Your instructions
In the listing beneath this line, copy exactly the lines starting with the one containing "face PLANE(AX(P(-33.3333,25.5,0),D(-1,0,0),D(0,-1,0))) [-e54" and going on through the one containing "e66 v53 v21 LINE".

---- Input

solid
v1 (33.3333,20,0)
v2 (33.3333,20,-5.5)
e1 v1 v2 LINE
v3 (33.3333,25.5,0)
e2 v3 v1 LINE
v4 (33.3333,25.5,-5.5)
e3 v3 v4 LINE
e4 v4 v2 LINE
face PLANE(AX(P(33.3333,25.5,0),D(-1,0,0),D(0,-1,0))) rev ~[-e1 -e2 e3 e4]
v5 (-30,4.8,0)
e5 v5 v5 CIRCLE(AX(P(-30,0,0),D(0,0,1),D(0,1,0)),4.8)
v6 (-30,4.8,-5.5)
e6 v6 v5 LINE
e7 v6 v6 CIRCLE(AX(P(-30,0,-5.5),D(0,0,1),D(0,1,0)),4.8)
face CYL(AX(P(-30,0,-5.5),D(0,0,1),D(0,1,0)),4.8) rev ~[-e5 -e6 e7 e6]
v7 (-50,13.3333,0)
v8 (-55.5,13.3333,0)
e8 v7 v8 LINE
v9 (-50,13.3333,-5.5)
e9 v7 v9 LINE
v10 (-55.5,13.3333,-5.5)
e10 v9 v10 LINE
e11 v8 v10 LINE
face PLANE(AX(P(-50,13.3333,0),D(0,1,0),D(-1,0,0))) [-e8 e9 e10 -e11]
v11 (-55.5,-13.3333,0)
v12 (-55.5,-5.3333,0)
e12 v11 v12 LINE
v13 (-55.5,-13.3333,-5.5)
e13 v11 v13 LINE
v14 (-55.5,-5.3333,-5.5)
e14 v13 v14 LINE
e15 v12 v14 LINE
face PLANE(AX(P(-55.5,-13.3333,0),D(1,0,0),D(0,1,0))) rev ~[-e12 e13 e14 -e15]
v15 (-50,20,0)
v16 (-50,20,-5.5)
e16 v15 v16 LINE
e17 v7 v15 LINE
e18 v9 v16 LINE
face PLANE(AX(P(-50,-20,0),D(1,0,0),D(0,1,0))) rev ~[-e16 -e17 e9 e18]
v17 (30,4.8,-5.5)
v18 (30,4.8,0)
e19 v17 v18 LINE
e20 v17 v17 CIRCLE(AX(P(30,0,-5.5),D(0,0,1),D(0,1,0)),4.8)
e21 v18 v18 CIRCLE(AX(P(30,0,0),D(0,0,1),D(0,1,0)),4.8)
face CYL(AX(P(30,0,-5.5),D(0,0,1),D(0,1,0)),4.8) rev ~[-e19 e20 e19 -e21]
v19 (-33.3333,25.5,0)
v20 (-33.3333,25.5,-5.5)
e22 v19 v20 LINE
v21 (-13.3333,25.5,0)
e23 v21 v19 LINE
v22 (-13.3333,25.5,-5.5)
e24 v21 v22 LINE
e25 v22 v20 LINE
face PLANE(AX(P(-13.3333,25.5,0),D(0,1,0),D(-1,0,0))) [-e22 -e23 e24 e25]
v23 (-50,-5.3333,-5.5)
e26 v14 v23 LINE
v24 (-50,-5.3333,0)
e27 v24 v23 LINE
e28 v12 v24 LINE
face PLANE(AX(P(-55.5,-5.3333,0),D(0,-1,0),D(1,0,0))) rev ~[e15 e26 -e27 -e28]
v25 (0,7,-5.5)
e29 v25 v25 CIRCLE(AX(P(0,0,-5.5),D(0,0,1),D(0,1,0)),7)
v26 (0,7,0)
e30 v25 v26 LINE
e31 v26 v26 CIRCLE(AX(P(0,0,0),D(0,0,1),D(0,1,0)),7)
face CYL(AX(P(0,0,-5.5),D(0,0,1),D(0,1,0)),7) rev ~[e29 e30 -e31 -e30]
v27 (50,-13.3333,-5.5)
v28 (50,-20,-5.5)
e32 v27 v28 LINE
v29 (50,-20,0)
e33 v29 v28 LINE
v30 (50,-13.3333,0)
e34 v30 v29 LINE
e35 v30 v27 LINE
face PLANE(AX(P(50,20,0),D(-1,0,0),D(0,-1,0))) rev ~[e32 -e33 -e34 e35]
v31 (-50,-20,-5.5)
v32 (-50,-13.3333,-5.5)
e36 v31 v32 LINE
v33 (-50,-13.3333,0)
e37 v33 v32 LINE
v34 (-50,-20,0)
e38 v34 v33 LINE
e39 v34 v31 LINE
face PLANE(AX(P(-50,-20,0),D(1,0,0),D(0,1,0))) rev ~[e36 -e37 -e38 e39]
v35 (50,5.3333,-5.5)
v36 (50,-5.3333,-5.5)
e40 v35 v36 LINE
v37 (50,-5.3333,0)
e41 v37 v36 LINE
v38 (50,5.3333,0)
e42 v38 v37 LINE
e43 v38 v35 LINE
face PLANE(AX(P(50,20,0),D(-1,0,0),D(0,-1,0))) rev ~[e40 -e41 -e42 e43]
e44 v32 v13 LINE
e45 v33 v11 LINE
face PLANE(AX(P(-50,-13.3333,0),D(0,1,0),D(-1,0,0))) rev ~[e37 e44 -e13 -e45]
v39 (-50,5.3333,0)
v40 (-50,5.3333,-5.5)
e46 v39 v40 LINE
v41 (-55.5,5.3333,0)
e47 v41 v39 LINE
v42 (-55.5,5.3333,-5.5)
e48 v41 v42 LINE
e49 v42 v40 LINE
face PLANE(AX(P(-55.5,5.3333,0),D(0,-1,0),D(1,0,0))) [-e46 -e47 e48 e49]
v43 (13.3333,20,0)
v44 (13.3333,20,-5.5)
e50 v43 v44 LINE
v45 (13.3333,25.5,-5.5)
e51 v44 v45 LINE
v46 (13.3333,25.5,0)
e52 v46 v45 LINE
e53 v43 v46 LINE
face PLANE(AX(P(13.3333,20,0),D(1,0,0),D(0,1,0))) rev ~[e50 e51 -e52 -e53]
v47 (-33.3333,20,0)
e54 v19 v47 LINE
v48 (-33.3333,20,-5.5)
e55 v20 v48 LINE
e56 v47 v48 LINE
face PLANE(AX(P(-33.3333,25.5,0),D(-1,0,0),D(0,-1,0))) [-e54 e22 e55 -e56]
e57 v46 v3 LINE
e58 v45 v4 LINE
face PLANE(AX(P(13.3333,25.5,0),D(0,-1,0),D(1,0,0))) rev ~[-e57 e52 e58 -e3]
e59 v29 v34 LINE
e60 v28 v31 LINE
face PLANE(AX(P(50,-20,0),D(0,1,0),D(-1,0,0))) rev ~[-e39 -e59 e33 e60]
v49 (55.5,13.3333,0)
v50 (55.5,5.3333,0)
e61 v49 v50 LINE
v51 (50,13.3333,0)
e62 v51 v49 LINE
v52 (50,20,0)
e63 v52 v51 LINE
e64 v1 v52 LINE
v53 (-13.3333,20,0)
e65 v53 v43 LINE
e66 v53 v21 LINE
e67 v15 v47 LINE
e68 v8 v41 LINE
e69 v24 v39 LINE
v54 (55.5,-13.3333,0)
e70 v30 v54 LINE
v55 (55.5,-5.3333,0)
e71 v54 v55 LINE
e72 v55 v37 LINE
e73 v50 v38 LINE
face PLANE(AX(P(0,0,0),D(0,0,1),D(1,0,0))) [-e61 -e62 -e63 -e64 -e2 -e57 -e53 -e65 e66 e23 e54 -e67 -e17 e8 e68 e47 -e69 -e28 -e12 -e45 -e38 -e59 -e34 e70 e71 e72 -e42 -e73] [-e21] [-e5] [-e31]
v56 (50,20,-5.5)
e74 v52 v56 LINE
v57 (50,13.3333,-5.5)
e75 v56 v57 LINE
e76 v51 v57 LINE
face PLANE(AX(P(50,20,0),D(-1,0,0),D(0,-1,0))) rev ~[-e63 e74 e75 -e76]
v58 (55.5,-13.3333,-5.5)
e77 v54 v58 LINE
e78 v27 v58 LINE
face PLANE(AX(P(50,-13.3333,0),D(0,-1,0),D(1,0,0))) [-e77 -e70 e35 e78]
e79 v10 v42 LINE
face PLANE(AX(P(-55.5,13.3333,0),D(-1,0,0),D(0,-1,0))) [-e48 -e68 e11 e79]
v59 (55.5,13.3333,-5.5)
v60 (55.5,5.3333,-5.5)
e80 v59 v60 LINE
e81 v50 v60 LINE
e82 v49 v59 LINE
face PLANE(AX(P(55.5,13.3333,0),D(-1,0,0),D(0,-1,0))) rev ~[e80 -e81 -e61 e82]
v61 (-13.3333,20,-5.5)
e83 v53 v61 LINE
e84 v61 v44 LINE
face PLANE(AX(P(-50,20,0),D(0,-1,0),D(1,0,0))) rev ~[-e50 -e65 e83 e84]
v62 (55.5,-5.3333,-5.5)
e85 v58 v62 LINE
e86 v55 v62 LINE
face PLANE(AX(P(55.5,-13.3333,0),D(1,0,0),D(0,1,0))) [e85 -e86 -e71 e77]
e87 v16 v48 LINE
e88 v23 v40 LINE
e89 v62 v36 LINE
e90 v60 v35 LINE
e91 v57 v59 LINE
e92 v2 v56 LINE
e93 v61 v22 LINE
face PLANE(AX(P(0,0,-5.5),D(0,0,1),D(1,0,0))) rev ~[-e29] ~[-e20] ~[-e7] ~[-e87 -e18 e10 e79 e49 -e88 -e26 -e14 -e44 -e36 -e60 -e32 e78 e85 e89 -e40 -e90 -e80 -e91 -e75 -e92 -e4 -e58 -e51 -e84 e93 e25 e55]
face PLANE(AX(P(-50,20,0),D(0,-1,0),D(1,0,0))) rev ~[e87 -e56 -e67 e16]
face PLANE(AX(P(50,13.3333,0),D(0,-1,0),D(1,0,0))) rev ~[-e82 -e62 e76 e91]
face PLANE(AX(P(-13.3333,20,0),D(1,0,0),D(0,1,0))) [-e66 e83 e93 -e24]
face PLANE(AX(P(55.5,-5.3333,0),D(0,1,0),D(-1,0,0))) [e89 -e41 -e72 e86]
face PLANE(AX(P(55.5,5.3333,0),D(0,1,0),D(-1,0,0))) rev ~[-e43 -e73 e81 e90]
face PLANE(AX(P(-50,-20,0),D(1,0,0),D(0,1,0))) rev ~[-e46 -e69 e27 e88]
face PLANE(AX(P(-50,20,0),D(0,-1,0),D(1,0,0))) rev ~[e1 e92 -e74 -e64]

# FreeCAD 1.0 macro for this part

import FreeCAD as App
import Part
import Sketcher
Q = App.Units.Quantity

doc = App.newDocument("Part")
body = doc.addObject("PartDesign::Body", "Body")

sketch1 = body.newObject("Sketcher::SketchObject", "Sketch")
sketch1.AttachmentSupport = (doc.getObject("XY_Plane"), [""])
sketch1.MapMode = "FlatFace"
sketch1.addGeometry([
    Part.LineSegment(App.Vector(-50, -20, 0), App.Vector(50, -20, 0)),
    Part.LineSegment(App.Vector(50, -20, 0), App.Vector(50, 20, 0)),
    Part.LineSegment(App.Vector(50, 20, 0), App.Vector(-50, 20, 0)),
    Part.LineSegment(App.Vector(-50, 20, 0), App.Vector(-50, -20, 0)),
], False)
sketch1.addConstraint([
    Sketcher.Constraint("Coincident", 0, 2, 1, 1),
    Sketcher.Constraint("Coincident", 1, 2, 2, 1),
    Sketcher.Constraint("Coincident", 2, 2, 3, 1),
    Sketcher.Constraint("Coincident", 3, 2, 0, 1),
    Sketcher.Constraint("Horizontal", 0),
    Sketcher.Constraint("Vertical", 1),
    Sketcher.Constraint("Horizontal", 2),
    Sketcher.Constraint("Vertical", 3),
    Sketcher.Constraint("Symmetric", 0, 2, 2, 2, -1, 1),
    Sketcher.Constraint("DistanceX", 0, 1, 0, 2, Q("100 mm")),
    Sketcher.Constraint("DistanceY", 1, 1, 1, 2, Q("40 mm")),
])
pad1 = body.newObject("PartDesign::Pad", "Pad")
pad1.Profile = sketch1
pad1.Length = 5.5
pad1.Reversed = True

--------

Exercise output
face PLANE(AX(P(-33.3333,25.5,0),D(-1,0,0),D(0,-1,0))) [-e54 e22 e55 -e56]
e57 v46 v3 LINE
e58 v45 v4 LINE
face PLANE(AX(P(13.3333,25.5,0),D(0,-1,0),D(1,0,0))) rev ~[-e57 e52 e58 -e3]
e59 v29 v34 LINE
e60 v28 v31 LINE
face PLANE(AX(P(50,-20,0),D(0,1,0),D(-1,0,0))) rev ~[-e39 -e59 e33 e60]
v49 (55.5,13.3333,0)
v50 (55.5,5.3333,0)
e61 v49 v50 LINE
v51 (50,13.3333,0)
e62 v51 v49 LINE
v52 (50,20,0)
e63 v52 v51 LINE
e64 v1 v52 LINE
v53 (-13.3333,20,0)
e65 v53 v43 LINE
e66 v53 v21 LINE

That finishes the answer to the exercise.